- Opening Delimiter -
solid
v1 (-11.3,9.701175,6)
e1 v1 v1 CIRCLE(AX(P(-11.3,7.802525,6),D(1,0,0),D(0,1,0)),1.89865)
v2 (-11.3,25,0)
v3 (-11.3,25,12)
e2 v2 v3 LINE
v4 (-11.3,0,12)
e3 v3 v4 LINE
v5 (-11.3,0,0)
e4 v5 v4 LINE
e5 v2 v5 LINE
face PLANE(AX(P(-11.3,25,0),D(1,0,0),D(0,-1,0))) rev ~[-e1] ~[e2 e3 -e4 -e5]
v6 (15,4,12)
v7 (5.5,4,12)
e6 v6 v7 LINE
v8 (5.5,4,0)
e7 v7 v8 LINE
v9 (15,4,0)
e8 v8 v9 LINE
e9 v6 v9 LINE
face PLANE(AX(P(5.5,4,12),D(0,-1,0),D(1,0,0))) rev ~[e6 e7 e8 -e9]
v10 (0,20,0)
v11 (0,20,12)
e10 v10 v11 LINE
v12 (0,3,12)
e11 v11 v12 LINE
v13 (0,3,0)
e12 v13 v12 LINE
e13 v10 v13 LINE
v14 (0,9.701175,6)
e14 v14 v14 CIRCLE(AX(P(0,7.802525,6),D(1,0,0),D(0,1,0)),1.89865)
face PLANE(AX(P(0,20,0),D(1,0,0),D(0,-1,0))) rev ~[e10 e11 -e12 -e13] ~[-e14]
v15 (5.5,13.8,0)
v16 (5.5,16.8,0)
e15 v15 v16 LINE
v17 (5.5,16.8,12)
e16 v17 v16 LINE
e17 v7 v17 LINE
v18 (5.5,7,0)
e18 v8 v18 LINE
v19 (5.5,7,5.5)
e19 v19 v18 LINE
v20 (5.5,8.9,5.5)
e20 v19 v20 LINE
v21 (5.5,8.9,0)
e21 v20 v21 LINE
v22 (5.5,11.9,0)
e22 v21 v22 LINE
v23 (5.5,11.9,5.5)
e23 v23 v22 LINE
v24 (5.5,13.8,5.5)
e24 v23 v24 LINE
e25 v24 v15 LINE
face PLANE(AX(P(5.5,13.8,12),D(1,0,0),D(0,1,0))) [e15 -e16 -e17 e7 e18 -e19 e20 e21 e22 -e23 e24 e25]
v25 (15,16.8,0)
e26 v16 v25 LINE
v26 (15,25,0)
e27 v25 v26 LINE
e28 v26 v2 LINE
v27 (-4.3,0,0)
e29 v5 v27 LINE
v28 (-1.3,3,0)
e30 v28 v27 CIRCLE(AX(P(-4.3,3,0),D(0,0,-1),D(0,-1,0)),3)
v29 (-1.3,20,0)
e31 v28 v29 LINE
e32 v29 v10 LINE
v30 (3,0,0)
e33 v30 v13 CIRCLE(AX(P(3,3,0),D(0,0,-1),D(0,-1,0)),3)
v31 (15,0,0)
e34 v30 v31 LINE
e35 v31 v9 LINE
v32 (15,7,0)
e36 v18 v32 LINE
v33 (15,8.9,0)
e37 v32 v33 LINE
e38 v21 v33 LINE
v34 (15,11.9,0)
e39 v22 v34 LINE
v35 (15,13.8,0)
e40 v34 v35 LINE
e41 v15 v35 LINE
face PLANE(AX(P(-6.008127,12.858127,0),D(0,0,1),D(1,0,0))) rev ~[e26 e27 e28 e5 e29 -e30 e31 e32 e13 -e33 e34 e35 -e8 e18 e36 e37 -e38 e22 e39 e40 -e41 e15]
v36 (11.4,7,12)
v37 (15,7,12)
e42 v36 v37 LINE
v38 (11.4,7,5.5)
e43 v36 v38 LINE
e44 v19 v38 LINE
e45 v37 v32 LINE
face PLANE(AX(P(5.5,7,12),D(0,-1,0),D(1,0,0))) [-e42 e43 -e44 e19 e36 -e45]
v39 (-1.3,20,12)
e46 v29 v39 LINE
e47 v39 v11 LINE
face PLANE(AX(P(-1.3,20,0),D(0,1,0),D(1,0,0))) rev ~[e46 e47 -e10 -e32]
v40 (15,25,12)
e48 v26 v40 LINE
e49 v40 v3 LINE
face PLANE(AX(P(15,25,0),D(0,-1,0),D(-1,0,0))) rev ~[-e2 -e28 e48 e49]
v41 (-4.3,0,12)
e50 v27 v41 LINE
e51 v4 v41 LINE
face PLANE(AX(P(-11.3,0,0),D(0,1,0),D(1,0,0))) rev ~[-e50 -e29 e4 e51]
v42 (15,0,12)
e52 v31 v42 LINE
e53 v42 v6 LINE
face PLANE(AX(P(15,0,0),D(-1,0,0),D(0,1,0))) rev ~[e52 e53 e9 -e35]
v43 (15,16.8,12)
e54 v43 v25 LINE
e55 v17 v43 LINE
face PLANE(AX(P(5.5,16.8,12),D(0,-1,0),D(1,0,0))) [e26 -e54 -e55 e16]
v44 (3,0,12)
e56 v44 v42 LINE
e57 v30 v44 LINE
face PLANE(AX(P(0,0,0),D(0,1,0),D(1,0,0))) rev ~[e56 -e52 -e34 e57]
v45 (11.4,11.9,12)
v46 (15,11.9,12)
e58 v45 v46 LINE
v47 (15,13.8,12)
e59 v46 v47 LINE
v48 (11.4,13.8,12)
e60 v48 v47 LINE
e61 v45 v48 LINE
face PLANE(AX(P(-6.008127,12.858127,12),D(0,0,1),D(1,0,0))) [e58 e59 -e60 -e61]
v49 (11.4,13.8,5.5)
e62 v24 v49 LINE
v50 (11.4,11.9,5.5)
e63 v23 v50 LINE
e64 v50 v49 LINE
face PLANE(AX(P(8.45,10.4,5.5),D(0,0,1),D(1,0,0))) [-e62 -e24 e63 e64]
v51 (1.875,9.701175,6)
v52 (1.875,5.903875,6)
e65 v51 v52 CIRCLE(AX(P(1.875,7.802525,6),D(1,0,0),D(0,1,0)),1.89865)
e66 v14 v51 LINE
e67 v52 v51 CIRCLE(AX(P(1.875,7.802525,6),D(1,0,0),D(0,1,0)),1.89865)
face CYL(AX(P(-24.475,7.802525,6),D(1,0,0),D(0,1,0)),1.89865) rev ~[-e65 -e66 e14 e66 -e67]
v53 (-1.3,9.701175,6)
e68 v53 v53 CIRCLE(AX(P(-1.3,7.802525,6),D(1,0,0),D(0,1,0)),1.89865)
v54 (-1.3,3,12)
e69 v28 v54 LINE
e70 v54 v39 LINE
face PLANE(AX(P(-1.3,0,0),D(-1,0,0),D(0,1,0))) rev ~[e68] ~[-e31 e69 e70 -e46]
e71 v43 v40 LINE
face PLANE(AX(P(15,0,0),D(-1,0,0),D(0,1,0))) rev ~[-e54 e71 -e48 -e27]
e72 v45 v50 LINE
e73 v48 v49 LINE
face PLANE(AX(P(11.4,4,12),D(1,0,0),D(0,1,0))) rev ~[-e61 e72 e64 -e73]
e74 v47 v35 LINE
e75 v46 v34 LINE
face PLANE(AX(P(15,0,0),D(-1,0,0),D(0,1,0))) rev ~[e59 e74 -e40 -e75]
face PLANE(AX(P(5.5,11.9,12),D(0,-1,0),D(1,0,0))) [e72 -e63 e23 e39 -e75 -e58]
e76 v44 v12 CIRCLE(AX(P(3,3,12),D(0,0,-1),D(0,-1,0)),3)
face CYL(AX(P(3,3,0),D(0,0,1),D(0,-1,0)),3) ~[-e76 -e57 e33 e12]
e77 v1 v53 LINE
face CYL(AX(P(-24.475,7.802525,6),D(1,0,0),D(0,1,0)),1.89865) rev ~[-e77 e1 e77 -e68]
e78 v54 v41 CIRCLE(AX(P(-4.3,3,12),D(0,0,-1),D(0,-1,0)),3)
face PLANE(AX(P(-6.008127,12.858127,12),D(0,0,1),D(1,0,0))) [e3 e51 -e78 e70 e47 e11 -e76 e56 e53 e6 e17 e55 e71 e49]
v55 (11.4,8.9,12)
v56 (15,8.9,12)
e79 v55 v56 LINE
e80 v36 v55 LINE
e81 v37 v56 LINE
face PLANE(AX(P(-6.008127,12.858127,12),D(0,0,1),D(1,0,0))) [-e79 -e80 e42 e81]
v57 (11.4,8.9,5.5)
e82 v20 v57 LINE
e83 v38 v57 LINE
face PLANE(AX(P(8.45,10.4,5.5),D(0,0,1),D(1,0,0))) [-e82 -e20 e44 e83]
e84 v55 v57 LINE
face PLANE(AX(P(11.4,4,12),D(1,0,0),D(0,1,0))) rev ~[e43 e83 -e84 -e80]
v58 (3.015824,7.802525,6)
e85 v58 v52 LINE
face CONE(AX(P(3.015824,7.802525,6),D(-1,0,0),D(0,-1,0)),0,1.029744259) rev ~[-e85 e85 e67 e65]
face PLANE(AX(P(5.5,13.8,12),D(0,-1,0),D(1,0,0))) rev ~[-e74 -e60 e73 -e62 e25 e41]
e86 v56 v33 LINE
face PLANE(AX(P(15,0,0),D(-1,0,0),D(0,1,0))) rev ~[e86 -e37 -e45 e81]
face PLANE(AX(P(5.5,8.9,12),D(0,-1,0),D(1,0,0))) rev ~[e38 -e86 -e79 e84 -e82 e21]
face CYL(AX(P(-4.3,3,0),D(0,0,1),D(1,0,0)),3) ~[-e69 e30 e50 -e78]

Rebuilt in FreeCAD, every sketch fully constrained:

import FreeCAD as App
import Part
import Sketcher
from FreeCAD import Vector


def edges_at(feature, points):
    """Names of the edges that pass closest to the given points."""
    edges = feature.Shape.Edges
    near = lambda p: min(range(len(edges)), key=lambda i: edges[i].distToShape(Part.Vertex(*p))[0])
    return sorted({f"Edge{near(p) + 1}" for p in points})


def add_polygon(sketch, points):
    """Adds a closed chain of lines whose ends are joined by coincident constraints."""
    first, n = sketch.GeometryCount, len(points)
    for a, b in zip(points, points[1:] + points[:1]):
        sketch.addGeometry(Part.LineSegment(App.Vector(*a, 0), App.Vector(*b, 0)), False)
    for i in range(n):
        sketch.addConstraint(Sketcher.Constraint("Coincident", first + i, 2, first + (i + 1) % n, 1))

doc = App.newDocument("Part")
body = doc.addObject("PartDesign::Body", "Body")

sketch1 = body.newObject("Sketcher::SketchObject", "Sketch")
sketch1.AttachmentSupport = (doc.getObject("XY_Plane"), [""])
sketch1.MapMode = "FlatFace"
add_polygon(sketch1, [(-11.3, 25), (-11.3, 0), (-1.3, 0), (-1.3, 20), (0, 20), (0, 0), (15, 0), (15, 25)])
sketch1.addConstraint([
    Sketcher.Constraint("Vertical", 0),
    Sketcher.Constraint("Horizontal", 1),
    Sketcher.Constraint("Vertical", 2),
    Sketcher.Constraint("Horizontal", 3),
    Sketcher.Constraint("Vertical", 4),
    Sketcher.Constraint("Horizontal", 5),
    Sketcher.Constraint("Vertical", 6),
    Sketcher.Constraint("Horizontal", 7),
    Sketcher.Constraint("Coincident", 4, 2, -1, 1),
    Sketcher.Constraint("PointOnObject", 0, 2, -1),
    Sketcher.Constraint("DistanceX", 1, 1, 1, 2, 10.0),
    Sketcher.Constraint("DistanceX", 5, 1, 5, 2, 15.0),
    Sketcher.Constraint("DistanceY", 0, 2, 0, 1, 25.0),
    Sketcher.Constraint("DistanceY", 2, 1, 2, 2, 20.0),
    Sketcher.Constraint("DistanceX", 3, 1, 3, 2, 1.3),
])
pad1 = body.newObject("PartDesign::Pad", "Pad")
pad1.Profile = sketch1
pad1.Length = 12

sketch2 = body.newObject("Sketcher::SketchObject", "Sketch001")
sketch2.AttachmentSupport = (doc.getObject("XY_Plane"), [""])
sketch2.MapMode = "FlatFace"
sketch2.AttachmentOffset = App.Placement(Vector(0, 0, 12), App.Rotation())
add_polygon(sketch2, [(6, 17), (6, 4), (11, 4), (11, 17)])
sketch2.addConstraint([
    Sketcher.Constraint("Vertical", 0),
    Sketcher.Constraint("Horizontal", 1),
    Sketcher.Constraint("Vertical", 2),
    Sketcher.Constraint("Horizontal", 3),
    Sketcher.Constraint("DistanceX", 1, 1, 1, 2, 5.9),
    Sketcher.Constraint("DistanceY", 0, 2, 0, 1, 12.8),
    Sketcher.Constraint("DistanceY", -1, 1, 0, 2, 4.0),
    Sketcher.Constraint("DistanceX", -1, 1, 0, 2, 5.5),
])
pocket1 = body.newObject("PartDesign::Pocket", "Pocket")
pocket1.Profile = sketch2
pocket1.Length = 6.5

sketch3 = body.newObject("Sketcher::SketchObject", "Sketch002")
sketch3.AttachmentSupport = (doc.getObject("XY_Plane"), [""])
sketch3.MapMode = "FlatFace"
sketch3.AttachmentOffset = App.Placement(Vector(0, 0, 12), App.Rotation())
add_polygon(sketch3, [(5.5, 7), (5.5, 4), (15, 4), (15, 7)])
add_polygon(sketch3, [(5.5, 11.9), (5.5, 8.9), (15, 8.9), (15, 11.9)])
add_polygon(sketch3, [(5.5, 16.8), (5.5, 13.8), (15, 13.8), (15, 16.8)])
sketch3.addConstraint([
    Sketcher.Constraint("Vertical", 0),
    Sketcher.Constraint("Horizontal", 1),
    Sketcher.Constraint("Vertical", 2),
    Sketcher.Constraint("Horizontal", 3),
    Sketcher.Constraint("Vertical", 4),
    Sketcher.Constraint("Horizontal", 5),
    Sketcher.Constraint("Vertical", 6),
    Sketcher.Constraint("Horizontal", 7),
    Sketcher.Constraint("Vertical", 8),
    Sketcher.Constraint("Horizontal", 9),
    Sketcher.Constraint("Vertical", 10),
    Sketcher.Constraint("Horizontal", 11),
    Sketcher.Constraint("Vertical", 3, 2, 4, 2),
    Sketcher.Constraint("Vertical", 2, 2, 5, 2),
    Sketcher.Constraint("Vertical", 7, 2, 8, 2),
    Sketcher.Constraint("Vertical", 6, 2, 9, 2),
    Sketcher.Constraint("Equal", 2, 4),
    Sketcher.Constraint("Equal", 6, 8),
    Sketcher.Constraint("DistanceY", 0, 2, 0, 1, 3.0),
    Sketcher.Constraint("DistanceX", 1, 1, 1, 2, 9.5),
    Sketcher.Constraint("DistanceY", -1, 1, 0, 2, 4.0),
    Sketcher.Constraint("DistanceX", -1, 1, 1, 2, 15.0),
    Sketcher.Constraint("DistanceY", -1, 1, 4, 2, 8.9),
    Sketcher.Constraint("DistanceY", -1, 1, 8, 2, 13.8),
])
pocket2 = body.newObject("PartDesign::Pocket", "Pocket001")
pocket2.Profile = sketch3
pocket2.Type = "ThroughAll"
doc.recompute()

fillet = body.newObject("PartDesign::Fillet", "Fillet")
fillet.Base = (pocket2, edges_at(pocket2, [(-1.3, 0, 6), (0, 0, 6)]))
fillet.Radius = 3

sketch4 = body.newObject("Sketcher::SketchObject", "Sketch003")
sketch4.AttachmentSupport = (doc.getObject("YZ_Plane"), [""])
sketch4.MapMode = "FlatFace"
sketch4.AttachmentOffset = App.Placement(Vector(0, 0, -11.3), App.Rotation())
sketch4.addGeometry(Part.Circle(Vector(7.8, 6, 0), Vector(0, 0, 1), 1.9), False)
sketch4.addConstraint([
    Sketcher.Constraint("DistanceY", -1, 1, 0, 3, 6.0),
    Sketcher.Constraint("Diameter", 0, 3.7973),
    Sketcher.Constraint("DistanceX", -1, 1, 0, 3, 7.802525),
])
doc.recompute()
hole = body.newObject("PartDesign::Hole", "Hole")
hole.Profile = sketch4
hole.ThreadType = "None"
hole.Diameter = 3.7973
hole.DepthType = "Dimension"
hole.Depth = 13.175
hole.DrillPoint = "Angled"
hole.DrillPointAngle = 118
hole.Reversed = True

doc.recompute()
- Closing Delimiter -
**What is needed**
Please give again the lines above between the line holding "e68 v53 v53" and the line holding "e85 v58 v52 LINE", inclusive, exactly as they are and with nothing added.

**Reply to the task**
e68 v53 v53 CIRCLE(AX(P(-1.3,7.802525,6),D(1,0,0),D(0,1,0)),1.89865)
v54 (-1.3,3,12)
e69 v28 v54 LINE
e70 v54 v39 LINE
face PLANE(AX(P(-1.3,0,0),D(-1,0,0),D(0,1,0))) rev ~[e68] ~[-e31 e69 e70 -e46]
e71 v43 v40 LINE
face PLANE(AX(P(15,0,0),D(-1,0,0),D(0,1,0))) rev ~[-e54 e71 -e48 -e27]
e72 v45 v50 LINE
e73 v48 v49 LINE
face PLANE(AX(P(11.4,4,12),D(1,0,0),D(0,1,0))) rev ~[-e61 e72 e64 -e73]
e74 v47 v35 LINE
e75 v46 v34 LINE
face PLANE(AX(P(15,0,0),D(-1,0,0),D(0,1,0))) rev ~[e59 e74 -e40 -e75]
face PLANE(AX(P(5.5,11.9,12),D(0,-1,0),D(1,0,0))) [e72 -e63 e23 e39 -e75 -e58]
e76 v44 v12 CIRCLE(AX(P(3,3,12),D(0,0,-1),D(0,-1,0)),3)
face CYL(AX(P(3,3,0),D(0,0,1),D(0,-1,0)),3) ~[-e76 -e57 e33 e12]
e77 v1 v53 LINE
face CYL(AX(P(-24.475,7.802525,6),D(1,0,0),D(0,1,0)),1.89865) rev ~[-e77 e1 e77 -e68]
e78 v54 v41 CIRCLE(AX(P(-4.3,3,12),D(0,0,-1),D(0,-1,0)),3)
face PLANE(AX(P(-6.008127,12.858127,12),D(0,0,1),D(1,0,0))) [e3 e51 -e78 e70 e47 e11 -e76 e56 e53 e6 e17 e55 e71 e49]
v55 (11.4,8.9,12)
v56 (15,8.9,12)
e79 v55 v56 LINE
e80 v36 v55 LINE
e81 v37 v56 LINE
face PLANE(AX(P(-6.008127,12.858127,12),D(0,0,1),D(1,0,0))) [-e79 -e80 e42 e81]
v57 (11.4,8.9,5.5)
e82 v20 v57 LINE
e83 v38 v57 LINE
face PLANE(AX(P(8.45,10.4,5.5),D(0,0,1),D(1,0,0))) [-e82 -e20 e44 e83]
e84 v55 v57 LINE
face PLANE(AX(P(11.4,4,12),D(1,0,0),D(0,1,0))) rev ~[e43 e83 -e84 -e80]
v58 (3.015824,7.802525,6)
e85 v58 v52 LINE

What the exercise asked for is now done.